Another pandemic effect: more virtual care, more mental health help and higher costs for 2021 health plans

The pandemic, which has disrupted so much of our lives, has shaken up health benefits, too—and sometimes for the better.

Over 150 million Americans, including nearly half the population of Texas, get health coverage through an employer. And next month, many workers will select their health benefits during open enrollment.

They’re likely to see a big increase in coverage for virtual care, most commonly used for smartphone visits with doctors and other providers. While virtual care has been available for years, the approach took off after the pandemic forced many practices to lock down in the spring.

Consumers have embraced its convenience, and health plans are responding. The No. 1 health priority for large employers in 2021 is to implement more virtual care solutions, according to a survey released last month by the Business Group on Health.

Many employers are increasing virtual access to mental health services, too, in part because of the coronavirus’s far-reaching effects. The pandemic also puts more pressure on companies to contain health costs, given how the COVID-19 economy has damaged the finances of so many.

Health spending is projected to grow over 5% next year, far outstripping inflation and wages again, and that estimate may not be high enough.

“Employers are fearing a big surge in health care spending next year because so many people have delayed treatment during the pandemic,” said Marianne Fazen, executive director of the Dallas-Fort Worth Business Group on Health, a coalition of local employers. “This really is the most incredible time of uncertainty.”

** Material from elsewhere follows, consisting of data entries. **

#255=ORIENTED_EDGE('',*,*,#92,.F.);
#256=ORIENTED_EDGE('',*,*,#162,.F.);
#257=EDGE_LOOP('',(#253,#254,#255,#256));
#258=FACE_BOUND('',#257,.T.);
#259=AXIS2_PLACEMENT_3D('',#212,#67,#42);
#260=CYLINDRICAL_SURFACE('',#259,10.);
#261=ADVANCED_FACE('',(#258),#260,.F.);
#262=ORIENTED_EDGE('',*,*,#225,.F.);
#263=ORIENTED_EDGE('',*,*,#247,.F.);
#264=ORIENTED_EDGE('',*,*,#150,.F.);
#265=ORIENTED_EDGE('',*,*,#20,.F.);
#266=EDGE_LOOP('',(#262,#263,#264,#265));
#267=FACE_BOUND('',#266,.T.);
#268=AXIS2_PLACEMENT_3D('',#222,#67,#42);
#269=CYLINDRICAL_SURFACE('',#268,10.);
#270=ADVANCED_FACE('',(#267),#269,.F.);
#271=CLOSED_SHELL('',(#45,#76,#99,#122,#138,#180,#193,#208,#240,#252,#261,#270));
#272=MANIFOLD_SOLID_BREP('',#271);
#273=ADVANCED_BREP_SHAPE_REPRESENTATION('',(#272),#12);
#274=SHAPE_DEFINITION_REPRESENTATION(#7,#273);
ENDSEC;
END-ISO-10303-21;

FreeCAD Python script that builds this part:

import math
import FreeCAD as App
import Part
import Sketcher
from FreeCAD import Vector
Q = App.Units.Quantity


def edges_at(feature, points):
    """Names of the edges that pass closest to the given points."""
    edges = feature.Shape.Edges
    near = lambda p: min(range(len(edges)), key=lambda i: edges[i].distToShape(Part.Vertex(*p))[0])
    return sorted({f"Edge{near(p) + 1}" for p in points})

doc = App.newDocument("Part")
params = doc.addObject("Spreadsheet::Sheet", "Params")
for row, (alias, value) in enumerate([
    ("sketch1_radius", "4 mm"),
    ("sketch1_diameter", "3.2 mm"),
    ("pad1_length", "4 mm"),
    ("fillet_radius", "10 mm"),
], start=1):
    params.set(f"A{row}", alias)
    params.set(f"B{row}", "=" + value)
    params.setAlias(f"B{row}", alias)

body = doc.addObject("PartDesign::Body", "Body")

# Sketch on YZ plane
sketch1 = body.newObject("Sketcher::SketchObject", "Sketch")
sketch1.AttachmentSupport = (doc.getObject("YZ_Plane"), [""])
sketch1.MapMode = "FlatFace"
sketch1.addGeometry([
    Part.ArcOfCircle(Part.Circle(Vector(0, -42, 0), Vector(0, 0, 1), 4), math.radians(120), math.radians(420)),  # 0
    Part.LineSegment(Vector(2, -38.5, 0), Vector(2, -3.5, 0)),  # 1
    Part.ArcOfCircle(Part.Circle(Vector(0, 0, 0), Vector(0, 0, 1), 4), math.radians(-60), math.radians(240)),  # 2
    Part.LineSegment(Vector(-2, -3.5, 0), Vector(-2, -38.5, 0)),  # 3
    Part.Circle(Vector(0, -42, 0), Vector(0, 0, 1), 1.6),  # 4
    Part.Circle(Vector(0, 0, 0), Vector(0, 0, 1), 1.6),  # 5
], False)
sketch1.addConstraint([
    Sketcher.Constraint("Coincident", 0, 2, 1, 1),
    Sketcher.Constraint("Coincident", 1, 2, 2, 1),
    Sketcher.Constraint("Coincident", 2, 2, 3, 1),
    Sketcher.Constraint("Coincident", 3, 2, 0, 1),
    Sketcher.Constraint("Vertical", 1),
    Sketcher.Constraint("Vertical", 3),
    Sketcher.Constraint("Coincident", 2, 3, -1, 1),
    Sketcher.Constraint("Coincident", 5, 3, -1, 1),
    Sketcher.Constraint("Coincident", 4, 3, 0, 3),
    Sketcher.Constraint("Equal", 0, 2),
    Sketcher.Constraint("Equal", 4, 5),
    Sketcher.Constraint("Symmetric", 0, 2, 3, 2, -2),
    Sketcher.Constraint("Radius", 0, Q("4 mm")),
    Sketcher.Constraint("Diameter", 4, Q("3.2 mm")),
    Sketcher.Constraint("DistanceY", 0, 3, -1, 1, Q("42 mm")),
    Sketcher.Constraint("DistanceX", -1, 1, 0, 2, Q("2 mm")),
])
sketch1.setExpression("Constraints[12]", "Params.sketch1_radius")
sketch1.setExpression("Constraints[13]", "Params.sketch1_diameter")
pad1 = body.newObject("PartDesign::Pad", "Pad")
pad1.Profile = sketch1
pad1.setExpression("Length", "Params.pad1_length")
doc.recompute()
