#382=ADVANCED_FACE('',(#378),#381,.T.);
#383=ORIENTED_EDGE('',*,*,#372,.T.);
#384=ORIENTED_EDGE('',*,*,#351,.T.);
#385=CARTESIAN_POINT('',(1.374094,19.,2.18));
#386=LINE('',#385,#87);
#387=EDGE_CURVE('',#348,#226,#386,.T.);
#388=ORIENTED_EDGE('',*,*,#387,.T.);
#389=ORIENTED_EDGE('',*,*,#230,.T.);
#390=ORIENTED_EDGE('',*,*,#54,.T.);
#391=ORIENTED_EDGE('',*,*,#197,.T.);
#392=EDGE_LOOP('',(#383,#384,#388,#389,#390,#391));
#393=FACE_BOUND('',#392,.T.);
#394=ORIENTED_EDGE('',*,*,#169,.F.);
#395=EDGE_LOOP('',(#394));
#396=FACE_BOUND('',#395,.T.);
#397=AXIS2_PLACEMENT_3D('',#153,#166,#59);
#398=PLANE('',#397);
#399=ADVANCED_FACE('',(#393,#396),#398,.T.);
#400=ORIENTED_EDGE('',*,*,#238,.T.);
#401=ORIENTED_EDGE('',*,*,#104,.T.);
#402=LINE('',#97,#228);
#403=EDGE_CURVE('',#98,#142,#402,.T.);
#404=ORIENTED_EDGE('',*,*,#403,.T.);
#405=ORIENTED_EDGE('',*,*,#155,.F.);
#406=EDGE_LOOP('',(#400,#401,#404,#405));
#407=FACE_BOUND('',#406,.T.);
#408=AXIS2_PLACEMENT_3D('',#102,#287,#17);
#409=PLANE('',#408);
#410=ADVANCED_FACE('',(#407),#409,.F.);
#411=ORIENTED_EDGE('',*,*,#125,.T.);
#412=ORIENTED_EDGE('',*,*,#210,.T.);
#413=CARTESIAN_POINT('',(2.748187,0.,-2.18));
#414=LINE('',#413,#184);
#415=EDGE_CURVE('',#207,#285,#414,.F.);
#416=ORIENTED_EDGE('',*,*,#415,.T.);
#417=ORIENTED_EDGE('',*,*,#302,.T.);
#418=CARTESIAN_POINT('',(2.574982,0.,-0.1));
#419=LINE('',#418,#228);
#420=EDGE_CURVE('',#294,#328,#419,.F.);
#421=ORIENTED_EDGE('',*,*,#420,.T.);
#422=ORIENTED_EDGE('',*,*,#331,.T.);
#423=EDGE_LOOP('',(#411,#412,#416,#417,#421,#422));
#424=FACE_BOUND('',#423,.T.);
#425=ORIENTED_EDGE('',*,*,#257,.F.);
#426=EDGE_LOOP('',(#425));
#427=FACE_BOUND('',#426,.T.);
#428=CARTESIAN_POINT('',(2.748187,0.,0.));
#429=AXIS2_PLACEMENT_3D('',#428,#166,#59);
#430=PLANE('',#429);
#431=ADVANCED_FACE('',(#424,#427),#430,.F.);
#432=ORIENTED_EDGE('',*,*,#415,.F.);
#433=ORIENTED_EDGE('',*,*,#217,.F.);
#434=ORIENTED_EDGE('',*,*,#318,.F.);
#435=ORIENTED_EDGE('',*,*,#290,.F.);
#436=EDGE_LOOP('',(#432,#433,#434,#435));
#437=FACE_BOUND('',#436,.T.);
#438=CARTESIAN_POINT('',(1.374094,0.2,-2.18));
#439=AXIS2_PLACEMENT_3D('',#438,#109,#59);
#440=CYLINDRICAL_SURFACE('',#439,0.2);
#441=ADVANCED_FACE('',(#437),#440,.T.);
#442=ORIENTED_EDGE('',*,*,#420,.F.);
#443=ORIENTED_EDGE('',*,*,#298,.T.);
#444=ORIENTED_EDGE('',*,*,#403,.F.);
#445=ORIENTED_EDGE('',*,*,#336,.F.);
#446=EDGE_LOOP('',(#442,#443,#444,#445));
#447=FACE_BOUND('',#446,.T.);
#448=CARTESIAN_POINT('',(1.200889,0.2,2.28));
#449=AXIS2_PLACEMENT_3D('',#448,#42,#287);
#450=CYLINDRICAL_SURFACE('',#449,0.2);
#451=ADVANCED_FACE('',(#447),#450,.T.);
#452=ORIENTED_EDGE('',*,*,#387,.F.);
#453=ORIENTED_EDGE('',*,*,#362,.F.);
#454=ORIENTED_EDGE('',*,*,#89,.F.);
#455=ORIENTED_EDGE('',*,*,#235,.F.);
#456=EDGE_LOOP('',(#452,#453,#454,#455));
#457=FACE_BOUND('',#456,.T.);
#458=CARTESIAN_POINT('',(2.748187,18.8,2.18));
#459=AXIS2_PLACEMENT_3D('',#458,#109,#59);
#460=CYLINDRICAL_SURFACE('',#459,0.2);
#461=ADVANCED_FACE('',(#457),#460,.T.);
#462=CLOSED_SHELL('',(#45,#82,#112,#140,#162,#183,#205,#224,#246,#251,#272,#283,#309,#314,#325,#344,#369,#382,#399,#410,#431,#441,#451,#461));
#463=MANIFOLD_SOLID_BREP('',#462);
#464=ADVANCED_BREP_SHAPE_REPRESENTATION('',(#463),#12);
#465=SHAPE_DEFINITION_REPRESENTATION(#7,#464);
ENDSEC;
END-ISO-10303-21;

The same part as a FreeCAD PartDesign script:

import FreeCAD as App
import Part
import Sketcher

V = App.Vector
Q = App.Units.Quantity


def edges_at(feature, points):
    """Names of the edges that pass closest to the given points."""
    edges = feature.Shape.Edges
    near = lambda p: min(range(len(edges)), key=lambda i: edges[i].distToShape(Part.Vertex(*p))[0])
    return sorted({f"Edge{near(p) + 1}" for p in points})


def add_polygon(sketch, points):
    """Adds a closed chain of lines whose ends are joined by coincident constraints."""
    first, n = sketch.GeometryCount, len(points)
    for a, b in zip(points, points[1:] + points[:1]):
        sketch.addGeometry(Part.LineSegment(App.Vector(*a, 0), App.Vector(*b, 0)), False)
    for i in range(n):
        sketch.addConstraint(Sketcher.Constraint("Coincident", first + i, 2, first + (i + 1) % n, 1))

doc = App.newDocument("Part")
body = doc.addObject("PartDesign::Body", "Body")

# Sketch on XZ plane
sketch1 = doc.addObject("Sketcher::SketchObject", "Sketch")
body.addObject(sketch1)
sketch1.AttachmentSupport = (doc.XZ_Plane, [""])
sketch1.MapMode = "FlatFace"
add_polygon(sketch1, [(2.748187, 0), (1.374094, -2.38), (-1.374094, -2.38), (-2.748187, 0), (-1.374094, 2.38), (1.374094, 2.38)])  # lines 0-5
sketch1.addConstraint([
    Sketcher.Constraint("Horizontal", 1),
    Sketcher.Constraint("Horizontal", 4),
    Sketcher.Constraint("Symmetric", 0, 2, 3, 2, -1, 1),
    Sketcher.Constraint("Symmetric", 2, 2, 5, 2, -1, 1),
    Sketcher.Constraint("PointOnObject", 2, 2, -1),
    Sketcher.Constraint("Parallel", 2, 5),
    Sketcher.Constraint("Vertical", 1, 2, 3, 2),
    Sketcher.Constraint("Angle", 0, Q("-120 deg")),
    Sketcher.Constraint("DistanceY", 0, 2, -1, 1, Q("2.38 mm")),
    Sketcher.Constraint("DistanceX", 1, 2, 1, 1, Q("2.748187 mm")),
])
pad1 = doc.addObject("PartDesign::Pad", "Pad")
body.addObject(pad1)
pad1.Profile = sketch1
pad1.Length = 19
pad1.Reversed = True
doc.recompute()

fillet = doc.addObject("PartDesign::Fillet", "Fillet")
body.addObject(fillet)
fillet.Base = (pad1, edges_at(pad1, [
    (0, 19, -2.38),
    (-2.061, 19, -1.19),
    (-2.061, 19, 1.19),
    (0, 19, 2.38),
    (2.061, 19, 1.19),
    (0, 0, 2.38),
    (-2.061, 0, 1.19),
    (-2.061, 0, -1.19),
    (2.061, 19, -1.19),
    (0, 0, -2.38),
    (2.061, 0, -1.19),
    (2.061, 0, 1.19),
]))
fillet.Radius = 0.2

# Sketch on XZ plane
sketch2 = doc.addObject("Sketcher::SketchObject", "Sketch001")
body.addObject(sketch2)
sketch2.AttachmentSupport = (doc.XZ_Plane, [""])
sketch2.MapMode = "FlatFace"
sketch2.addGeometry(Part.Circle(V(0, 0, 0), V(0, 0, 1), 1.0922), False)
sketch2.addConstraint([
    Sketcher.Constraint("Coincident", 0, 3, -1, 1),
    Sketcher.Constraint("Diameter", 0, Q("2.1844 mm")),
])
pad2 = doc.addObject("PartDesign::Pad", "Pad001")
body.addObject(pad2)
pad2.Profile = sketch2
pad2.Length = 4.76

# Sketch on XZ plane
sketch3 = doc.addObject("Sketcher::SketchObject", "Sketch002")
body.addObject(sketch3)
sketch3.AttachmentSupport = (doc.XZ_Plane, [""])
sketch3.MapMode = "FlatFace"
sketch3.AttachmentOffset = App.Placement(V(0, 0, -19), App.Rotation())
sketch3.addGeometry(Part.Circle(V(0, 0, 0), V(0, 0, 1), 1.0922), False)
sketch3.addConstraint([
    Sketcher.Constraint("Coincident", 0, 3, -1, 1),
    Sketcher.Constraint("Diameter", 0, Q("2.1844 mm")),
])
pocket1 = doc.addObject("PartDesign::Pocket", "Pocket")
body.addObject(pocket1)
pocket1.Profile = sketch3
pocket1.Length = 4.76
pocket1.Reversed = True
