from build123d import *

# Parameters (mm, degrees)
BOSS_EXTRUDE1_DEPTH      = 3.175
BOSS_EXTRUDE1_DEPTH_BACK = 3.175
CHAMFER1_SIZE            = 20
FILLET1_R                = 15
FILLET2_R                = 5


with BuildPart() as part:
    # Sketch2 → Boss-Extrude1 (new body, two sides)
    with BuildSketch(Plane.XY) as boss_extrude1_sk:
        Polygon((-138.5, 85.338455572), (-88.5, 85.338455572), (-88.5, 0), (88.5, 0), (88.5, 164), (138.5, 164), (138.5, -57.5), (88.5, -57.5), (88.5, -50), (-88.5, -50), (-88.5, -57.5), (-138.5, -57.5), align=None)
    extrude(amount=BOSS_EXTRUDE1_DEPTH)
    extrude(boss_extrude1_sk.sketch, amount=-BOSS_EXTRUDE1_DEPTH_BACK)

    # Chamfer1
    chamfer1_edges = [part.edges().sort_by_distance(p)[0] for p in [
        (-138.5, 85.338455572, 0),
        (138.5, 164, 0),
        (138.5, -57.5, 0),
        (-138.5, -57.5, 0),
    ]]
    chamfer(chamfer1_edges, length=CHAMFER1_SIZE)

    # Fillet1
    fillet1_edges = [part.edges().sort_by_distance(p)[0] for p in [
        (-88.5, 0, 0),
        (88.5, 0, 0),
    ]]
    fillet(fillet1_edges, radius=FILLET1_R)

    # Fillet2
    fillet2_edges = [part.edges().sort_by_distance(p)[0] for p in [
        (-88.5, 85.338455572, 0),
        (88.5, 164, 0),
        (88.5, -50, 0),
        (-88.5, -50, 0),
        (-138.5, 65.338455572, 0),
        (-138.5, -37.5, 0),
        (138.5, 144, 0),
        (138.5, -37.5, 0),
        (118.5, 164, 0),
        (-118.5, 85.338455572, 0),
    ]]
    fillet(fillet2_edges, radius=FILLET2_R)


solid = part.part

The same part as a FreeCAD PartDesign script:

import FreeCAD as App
import Part
import Sketcher
from FreeCAD import Vector


def edges_at(feature, points):
    """Names of the edges that pass closest to the given points."""
    edges = feature.Shape.Edges
    near = lambda p: min(range(len(edges)), key=lambda i: edges[i].distToShape(Part.Vertex(*p))[0])
    return sorted({f"Edge{near(p) + 1}" for p in points})

doc = App.newDocument("Part")
body = doc.addObject("PartDesign::Body", "Body")

sketch1 = body.newObject("Sketcher::SketchObject", "Sketch")
sketch1.AttachmentSupport = (doc.getObject("XY_Plane"), [""])
sketch1.MapMode = "FlatFace"
sketch1.addGeometry([
    Part.LineSegment(Vector(-88, 85, 0), Vector(-138, 85, 0)),
    Part.LineSegment(Vector(-138, 85, 0), Vector(-138, -58, 0)),
    Part.LineSegment(Vector(-138, -58, 0), Vector(-88, -58, 0)),
    Part.LineSegment(Vector(-88, -58, 0), Vector(-88, -50, 0)),
    Part.LineSegment(Vector(-88, -50, 0), Vector(88, -50, 0)),
    Part.LineSegment(Vector(88, -50, 0), Vector(88, -58, 0)),
    Part.LineSegment(Vector(88, -58, 0), Vector(138, -58, 0)),
    Part.LineSegment(Vector(138, -58, 0), Vector(138, 164, 0)),
    Part.LineSegment(Vector(138, 164, 0), Vector(88, 164, 0)),
    Part.LineSegment(Vector(88, 164, 0), Vector(88, 0, 0)),
    Part.LineSegment(Vector(88, 0, 0), Vector(-88, 0, 0)),
    Part.LineSegment(Vector(-88, 0, 0), Vector(-88, 85, 0)),
], False)
sketch1.addConstraint([
    Sketcher.Constraint("Coincident", 0, 2, 1, 1),
    Sketcher.Constraint("Coincident", 1, 2, 2, 1),
    Sketcher.Constraint("Coincident", 2, 2, 3, 1),
    Sketcher.Constraint("Coincident", 3, 2, 4, 1),
    Sketcher.Constraint("Coincident", 4, 2, 5, 1),
    Sketcher.Constraint("Coincident", 5, 2, 6, 1),
    Sketcher.Constraint("Coincident", 6, 2, 7, 1),
    Sketcher.Constraint("Coincident", 7, 2, 8, 1),
    Sketcher.Constraint("Coincident", 8, 2, 9, 1),
    Sketcher.Constraint("Coincident", 9, 2, 10, 1),
    Sketcher.Constraint("Coincident", 10, 2, 11, 1),
    Sketcher.Constraint("Coincident", 11, 2, 0, 1),
    Sketcher.Constraint("Horizontal", 0),
    Sketcher.Constraint("Vertical", 1),
    Sketcher.Constraint("Horizontal", 2),
    Sketcher.Constraint("Vertical", 3),
    Sketcher.Constraint("Horizontal", 4),
    Sketcher.Constraint("Vertical", 5),
    Sketcher.Constraint("Horizontal", 6),
    Sketcher.Constraint("Vertical", 7),
    Sketcher.Constraint("Horizontal", 8),
    Sketcher.Constraint("Vertical", 9),
    Sketcher.Constraint("Horizontal", 10),
    Sketcher.Constraint("Vertical", 11),
    Sketcher.Constraint("Symmetric", 9, 2, 10, 2, -1, 1),
    Sketcher.Constraint("Symmetric", 2, 2, 5, 2, -2),
    Sketcher.Constraint("Vertical", 5, 2, 8, 2),
    Sketcher.Constraint("Equal", 2, 6),
    Sketcher.Constraint("DistanceX", 0, 2, 0, 1, 50.0),
    Sketcher.Constraint("DistanceX", 4, 1, 4, 2, 177.0),
    Sketcher.Constraint("DistanceY", 9, 2, 9, 1, 164.0),
    Sketcher.Constraint("DistanceY", 3, 1, 3, 2, 7.5),
    Sketcher.Constraint("DistanceY", 7, 1, 7, 2, 221.5),
    Sketcher.Constraint("DistanceY", 1, 2, 1, 1, 142.838456),
])
pad1 = body.newObject("PartDesign::Pad", "Pad")
pad1.Profile = sketch1
pad1.Type = "TwoLengths"
pad1.Length = 3.175
pad1.Length2 = 3.175
doc.recompute()

chamfer = body.newObject("PartDesign::Chamfer", "Chamfer")
chamfer.Base = (pad1, edges_at(pad1, [
    (-138.5, 85.338, 0),
    (138.5, 164, 0),
    (138.5, -57.5, 0),
    (-138.5, -57.5, 0),
]))
chamfer.Size = 20
doc.recompute()

fillet = body.newObject("PartDesign::Fillet", "Fillet")
fillet.Base = (chamfer, edges_at(chamfer, [(-88.5, 0, 0), (88.5, 0, 0)]))
fillet.Radius = 15
doc.recompute()

fillet2 = body.newObject("PartDesign::Fillet", "Fillet001")
fillet2.Base = (fillet, edges_at(fillet, [
    (-88.5, 85.338, 0),
    (88.5, 164, 0),
    (88.5, -50, 0),
    (-88.5, -50, 0),
    (-138.5, 65.338, 0),
    (-138.5, -37.5, 0),
    (138.5, 144, 0),
    (138.5, -37.5, 0),
    (118.5, 164, 0),
    (-118.5, 85.338, 0),
]))
fillet2.Radius = 5

doc.recompute()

Dallas-Fort Worth is a big spender on health, according to data from the Health Care Cost Institute. In 2017, health spending in D-FW was 13% higher than the national median, over twice as large as the gap in Houston, according to the institute’s data.

The cost of a knee replacement in D-FW was just over $49,000 in 2017 – $12,000 more than the U.S. average, based on data from

Those were spending patterns before the coronavirus, and the future trend has become harder to project. Health spending declined in the early months of the pandemic because many people postponed surgeries and routine care.

Much of that deferred work is expected to come on line by next year. Employers also worry that some patients’ chronic conditions have worsened, which could lead to higher bills down the road.

Amid such uncertainty, they have an opportunity to use the pandemic response to accelerate changes in their health plans. For example, employers have long encouraged workers to use narrow provider networks with a record of quality affordable care. Those efforts will get a post-pandemic boost.

Over the next three years, almost half of large employers plan to steer their health plan members to certain accountable care organizations and similar networks, according to the Business Group on Health survey. More than 1 in 4 plan to directly contract with primary care practices, another technique to funnel business to select providers.

It’s been difficult to get companies to limit choices around health care, Fazen said, especially when the economy was booming and there was a war for talent. The story is different now, with a recession and stalled labor market.

“The pandemic has disrupted business as usual, and that could be good for the health care industry and the employers sponsoring health insurance,” Fazen said. “It gives us a chance to regroup and rethink what we’re doing, and maybe make some major changes without as much objection.”

Almost 1 in 3 large employers will focus on reducing high-cost claims next year, according to the large employer survey. That’s also a priority in Fort Worth, where the health plan for city employees covers about 11,000 workers and dependents.

Just 3.2% of members account for 63% of the costs of the health plan, said Nathan Gregory, interim human resources director at the city of Fort Worth. About 40% of top claimants are back year after year.

“They’re clearly getting a lot of care,” Gregory said. “The question is whether they’re getting the right care.”

The plan is adding a third-party advocacy company to help members find the right providers and keep an eye on spending patterns. It hired another third-party group, Virta Health, to try to improve outcomes for patients with diabetes.

If the company meets certain goals, such as helping patients lose weight and improve blood sugar counts, the health plan can save up to 40% on medications for those members, Gregory said. And Fort Worth pays for the service only after patients achieve the stated goals.

“They’re putting their fees 100% at risk,” he said. “If it works, we’ll be perfectly happy to pay the fees.”

Not surprisingly, the program is virtual, requiring an app to help monitor results and allowing patients to get support from expert advisers.

Fort Worth spends about $80 million a year on health care and has been aggressive about trying to control costs while improving the health of its members. For three years, it’s offered free primary care at eight nearby clinics, including three dedicated to Fort Worth city employees and dependents.

All the health centers, operated by Texas Health Resources, began offering virtual visits during the lockdown, which have become a permanent feature.

Visits to the health centers fell off sharply in the early months of the pandemic but have recovered to historic levels—a pace of about 1,200 visits a month, Gregory said. And 20% of the visits are still virtual.

The health centers require no co-pays or deductibles under the city’s most popular health plan. Fort Worth has managed to hold down and even reduce health costs in recent years, and it’s not because members are using fewer services.